┌────────
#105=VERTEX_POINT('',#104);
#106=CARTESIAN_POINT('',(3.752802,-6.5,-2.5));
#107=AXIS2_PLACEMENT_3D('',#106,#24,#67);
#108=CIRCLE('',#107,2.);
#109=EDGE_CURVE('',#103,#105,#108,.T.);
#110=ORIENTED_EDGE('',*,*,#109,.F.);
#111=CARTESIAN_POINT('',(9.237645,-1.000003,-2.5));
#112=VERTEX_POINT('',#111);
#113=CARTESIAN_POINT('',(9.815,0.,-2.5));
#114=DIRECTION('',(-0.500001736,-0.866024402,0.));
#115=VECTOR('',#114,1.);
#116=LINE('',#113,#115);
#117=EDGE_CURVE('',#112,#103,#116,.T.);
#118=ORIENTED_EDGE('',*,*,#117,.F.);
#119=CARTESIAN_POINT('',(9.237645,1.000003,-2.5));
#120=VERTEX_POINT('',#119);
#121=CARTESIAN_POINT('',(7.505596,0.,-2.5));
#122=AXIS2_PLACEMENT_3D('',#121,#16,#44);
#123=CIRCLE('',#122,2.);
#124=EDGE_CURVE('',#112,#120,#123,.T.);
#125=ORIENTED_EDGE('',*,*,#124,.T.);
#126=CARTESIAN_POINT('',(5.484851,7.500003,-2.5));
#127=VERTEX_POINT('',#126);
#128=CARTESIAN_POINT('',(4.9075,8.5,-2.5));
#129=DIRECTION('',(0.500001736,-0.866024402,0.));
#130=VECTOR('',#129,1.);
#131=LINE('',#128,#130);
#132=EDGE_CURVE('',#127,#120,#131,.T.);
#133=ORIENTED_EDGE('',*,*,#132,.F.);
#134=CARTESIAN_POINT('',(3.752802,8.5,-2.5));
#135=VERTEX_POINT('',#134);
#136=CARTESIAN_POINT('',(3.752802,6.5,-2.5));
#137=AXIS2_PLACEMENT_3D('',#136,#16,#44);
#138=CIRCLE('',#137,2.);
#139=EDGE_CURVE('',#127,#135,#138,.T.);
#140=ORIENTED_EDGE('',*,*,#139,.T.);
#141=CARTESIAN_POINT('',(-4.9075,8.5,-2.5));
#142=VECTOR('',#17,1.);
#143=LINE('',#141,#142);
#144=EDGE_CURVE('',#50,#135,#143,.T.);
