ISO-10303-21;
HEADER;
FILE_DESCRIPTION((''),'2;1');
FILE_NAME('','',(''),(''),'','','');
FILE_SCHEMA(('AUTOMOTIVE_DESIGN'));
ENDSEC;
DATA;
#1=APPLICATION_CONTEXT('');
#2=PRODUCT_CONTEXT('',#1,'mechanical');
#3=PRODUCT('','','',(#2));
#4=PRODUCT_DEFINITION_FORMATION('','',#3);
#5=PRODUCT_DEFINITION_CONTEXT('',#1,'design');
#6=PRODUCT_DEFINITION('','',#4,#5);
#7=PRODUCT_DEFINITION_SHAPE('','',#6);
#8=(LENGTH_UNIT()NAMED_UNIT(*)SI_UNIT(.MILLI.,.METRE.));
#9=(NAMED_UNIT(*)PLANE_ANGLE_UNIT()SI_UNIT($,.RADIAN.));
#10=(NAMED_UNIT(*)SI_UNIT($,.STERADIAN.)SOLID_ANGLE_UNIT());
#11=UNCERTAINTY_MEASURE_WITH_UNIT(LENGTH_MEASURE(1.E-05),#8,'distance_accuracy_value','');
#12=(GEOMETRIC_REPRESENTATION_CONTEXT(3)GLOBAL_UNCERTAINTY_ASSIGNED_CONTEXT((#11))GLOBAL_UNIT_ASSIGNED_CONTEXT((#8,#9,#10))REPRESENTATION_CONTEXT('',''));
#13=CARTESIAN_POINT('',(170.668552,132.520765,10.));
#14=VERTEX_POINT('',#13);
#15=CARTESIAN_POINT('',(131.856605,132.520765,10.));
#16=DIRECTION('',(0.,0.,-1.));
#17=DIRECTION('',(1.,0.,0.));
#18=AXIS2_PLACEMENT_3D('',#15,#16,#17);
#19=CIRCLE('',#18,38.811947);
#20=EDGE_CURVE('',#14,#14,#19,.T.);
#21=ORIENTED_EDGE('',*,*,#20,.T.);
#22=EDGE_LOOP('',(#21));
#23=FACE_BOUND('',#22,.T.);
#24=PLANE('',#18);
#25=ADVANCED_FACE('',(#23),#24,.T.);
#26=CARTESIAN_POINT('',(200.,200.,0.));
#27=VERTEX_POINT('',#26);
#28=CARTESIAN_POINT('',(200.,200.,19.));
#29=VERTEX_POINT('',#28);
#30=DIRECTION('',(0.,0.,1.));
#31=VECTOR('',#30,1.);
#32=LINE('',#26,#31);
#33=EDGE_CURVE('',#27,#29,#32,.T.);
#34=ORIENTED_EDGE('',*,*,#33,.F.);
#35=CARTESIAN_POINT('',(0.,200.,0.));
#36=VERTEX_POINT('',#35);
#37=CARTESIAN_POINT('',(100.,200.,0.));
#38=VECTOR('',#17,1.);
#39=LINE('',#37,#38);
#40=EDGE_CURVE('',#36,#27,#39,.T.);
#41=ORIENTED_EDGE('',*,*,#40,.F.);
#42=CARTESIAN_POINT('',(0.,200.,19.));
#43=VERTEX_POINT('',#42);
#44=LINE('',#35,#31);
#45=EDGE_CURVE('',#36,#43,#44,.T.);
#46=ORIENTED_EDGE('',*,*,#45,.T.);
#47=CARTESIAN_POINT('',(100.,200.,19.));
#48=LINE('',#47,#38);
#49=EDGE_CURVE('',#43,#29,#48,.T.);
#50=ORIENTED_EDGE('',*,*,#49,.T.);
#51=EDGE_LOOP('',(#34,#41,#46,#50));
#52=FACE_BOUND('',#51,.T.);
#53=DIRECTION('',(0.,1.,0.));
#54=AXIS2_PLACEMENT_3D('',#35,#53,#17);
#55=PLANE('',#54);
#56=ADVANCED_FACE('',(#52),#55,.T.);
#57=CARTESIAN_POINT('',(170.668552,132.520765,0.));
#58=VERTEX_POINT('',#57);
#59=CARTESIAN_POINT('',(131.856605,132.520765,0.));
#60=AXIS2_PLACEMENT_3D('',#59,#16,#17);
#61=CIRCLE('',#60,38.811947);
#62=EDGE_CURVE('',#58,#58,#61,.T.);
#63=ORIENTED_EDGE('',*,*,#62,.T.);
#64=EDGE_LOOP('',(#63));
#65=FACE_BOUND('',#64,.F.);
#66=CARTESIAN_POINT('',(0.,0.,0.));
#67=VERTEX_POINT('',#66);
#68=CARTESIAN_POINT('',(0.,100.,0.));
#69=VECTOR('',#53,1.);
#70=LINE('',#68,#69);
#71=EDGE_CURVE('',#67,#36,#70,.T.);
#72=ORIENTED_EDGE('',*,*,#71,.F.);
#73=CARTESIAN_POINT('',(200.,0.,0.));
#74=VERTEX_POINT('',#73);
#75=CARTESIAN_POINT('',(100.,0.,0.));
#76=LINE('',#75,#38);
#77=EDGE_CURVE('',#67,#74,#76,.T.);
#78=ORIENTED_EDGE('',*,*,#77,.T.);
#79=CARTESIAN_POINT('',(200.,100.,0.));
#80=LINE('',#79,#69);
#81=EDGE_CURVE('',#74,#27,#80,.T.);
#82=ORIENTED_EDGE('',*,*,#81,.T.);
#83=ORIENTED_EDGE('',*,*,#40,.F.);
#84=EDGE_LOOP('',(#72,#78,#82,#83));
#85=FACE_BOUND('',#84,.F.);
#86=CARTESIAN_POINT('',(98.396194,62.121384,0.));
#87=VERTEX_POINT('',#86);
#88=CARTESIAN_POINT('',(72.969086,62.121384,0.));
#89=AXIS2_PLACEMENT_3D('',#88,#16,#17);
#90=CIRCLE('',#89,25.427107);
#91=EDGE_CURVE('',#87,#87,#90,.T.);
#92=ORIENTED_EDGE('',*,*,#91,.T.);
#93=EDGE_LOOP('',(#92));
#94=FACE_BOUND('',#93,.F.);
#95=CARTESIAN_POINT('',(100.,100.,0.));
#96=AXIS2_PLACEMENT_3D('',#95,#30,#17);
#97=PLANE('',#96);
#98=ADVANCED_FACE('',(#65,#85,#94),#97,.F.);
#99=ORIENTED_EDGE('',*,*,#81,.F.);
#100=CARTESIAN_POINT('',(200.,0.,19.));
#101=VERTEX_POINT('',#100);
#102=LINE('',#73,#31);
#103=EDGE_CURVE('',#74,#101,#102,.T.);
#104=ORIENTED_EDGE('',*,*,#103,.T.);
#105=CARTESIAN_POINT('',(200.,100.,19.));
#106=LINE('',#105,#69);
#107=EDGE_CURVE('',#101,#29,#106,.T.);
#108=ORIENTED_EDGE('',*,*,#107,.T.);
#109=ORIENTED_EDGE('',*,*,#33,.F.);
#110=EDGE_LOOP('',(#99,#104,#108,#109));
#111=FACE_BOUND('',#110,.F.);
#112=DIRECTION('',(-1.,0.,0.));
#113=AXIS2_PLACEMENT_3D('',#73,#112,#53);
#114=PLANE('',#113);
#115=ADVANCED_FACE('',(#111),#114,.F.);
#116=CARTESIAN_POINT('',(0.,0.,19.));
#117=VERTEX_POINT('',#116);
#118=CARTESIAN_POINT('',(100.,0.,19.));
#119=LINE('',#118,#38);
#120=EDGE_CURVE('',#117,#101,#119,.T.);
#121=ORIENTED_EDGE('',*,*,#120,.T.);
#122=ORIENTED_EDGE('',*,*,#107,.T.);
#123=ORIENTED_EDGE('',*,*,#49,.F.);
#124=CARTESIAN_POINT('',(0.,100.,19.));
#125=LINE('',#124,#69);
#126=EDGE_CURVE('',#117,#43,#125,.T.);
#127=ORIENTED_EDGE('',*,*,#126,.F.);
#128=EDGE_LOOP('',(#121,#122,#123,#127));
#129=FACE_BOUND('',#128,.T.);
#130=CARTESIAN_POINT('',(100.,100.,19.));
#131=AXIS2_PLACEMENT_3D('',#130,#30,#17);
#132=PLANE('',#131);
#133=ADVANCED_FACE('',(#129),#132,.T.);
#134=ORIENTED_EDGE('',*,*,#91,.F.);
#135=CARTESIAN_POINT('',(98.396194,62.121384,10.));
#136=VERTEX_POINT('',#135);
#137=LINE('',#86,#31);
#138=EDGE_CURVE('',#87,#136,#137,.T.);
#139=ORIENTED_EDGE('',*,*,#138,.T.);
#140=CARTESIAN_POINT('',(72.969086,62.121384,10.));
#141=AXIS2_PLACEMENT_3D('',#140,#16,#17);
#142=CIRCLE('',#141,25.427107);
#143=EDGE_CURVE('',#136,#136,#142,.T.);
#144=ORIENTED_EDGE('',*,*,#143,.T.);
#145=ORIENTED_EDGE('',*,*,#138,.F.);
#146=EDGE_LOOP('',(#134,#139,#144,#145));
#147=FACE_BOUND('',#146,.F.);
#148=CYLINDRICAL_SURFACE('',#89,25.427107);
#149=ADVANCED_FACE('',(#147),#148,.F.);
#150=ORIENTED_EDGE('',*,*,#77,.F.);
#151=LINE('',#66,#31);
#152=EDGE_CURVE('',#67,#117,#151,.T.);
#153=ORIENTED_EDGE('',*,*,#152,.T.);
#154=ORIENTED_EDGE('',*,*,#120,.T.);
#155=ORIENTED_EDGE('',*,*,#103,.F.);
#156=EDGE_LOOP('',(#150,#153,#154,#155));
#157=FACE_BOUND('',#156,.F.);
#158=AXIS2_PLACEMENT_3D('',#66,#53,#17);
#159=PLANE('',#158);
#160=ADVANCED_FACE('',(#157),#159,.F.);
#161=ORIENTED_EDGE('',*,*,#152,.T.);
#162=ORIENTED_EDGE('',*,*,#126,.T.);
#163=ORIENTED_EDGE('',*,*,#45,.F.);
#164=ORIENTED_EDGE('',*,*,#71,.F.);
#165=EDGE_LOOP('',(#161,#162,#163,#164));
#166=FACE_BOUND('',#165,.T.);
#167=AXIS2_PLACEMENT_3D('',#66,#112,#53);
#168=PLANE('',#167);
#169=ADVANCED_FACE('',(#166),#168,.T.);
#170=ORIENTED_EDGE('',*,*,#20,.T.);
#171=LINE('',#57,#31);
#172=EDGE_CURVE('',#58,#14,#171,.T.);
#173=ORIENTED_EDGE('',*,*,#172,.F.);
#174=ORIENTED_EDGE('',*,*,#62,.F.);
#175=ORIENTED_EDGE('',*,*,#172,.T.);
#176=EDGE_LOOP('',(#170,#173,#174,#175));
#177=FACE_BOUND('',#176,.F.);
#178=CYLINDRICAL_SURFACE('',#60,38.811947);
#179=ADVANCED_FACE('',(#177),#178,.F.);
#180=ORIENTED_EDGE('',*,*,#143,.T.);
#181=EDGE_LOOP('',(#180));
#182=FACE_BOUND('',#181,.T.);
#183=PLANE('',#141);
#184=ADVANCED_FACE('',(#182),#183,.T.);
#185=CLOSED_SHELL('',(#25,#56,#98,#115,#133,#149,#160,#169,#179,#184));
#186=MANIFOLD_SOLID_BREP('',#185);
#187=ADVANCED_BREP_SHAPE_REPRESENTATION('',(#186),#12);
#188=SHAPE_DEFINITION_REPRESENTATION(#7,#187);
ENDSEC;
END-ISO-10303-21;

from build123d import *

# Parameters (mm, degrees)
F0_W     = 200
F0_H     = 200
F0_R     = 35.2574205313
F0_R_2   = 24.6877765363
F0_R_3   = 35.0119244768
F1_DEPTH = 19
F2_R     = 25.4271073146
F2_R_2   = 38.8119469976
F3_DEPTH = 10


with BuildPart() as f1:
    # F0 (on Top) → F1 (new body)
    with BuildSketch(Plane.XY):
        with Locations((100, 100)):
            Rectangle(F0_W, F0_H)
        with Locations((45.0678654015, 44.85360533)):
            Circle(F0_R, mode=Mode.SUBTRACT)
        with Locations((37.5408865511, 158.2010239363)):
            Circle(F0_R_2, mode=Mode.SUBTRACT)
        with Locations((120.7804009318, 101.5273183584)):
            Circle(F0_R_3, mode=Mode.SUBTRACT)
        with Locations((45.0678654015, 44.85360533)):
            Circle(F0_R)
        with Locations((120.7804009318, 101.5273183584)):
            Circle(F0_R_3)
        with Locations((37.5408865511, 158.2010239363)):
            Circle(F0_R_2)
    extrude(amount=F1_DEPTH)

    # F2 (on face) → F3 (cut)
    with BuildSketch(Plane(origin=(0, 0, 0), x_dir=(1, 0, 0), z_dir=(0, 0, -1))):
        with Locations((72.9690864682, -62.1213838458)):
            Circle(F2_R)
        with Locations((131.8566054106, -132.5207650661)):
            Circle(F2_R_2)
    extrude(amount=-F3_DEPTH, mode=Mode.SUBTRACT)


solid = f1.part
└────────
> **The task**
Please print the records above exactly from their first line. End with the line containing "#120=VERTEX_POINT('',#119);", and include it.

> **Response**
#105=VERTEX_POINT('',#104);
#106=CARTESIAN_POINT('',(3.752802,-6.5,-2.5));
#107=AXIS2_PLACEMENT_3D('',#106,#24,#67);
#108=CIRCLE('',#107,2.);
#109=EDGE_CURVE('',#103,#105,#108,.T.);
#110=ORIENTED_EDGE('',*,*,#109,.F.);
#111=CARTESIAN_POINT('',(9.237645,-1.000003,-2.5));
#112=VERTEX_POINT('',#111);
#113=CARTESIAN_POINT('',(9.815,0.,-2.5));
#114=DIRECTION('',(-0.500001736,-0.866024402,0.));
#115=VECTOR('',#114,1.);
#116=LINE('',#113,#115);
#117=EDGE_CURVE('',#112,#103,#116,.T.);
#118=ORIENTED_EDGE('',*,*,#117,.F.);
#119=CARTESIAN_POINT('',(9.237645,1.000003,-2.5));
#120=VERTEX_POINT('',#119);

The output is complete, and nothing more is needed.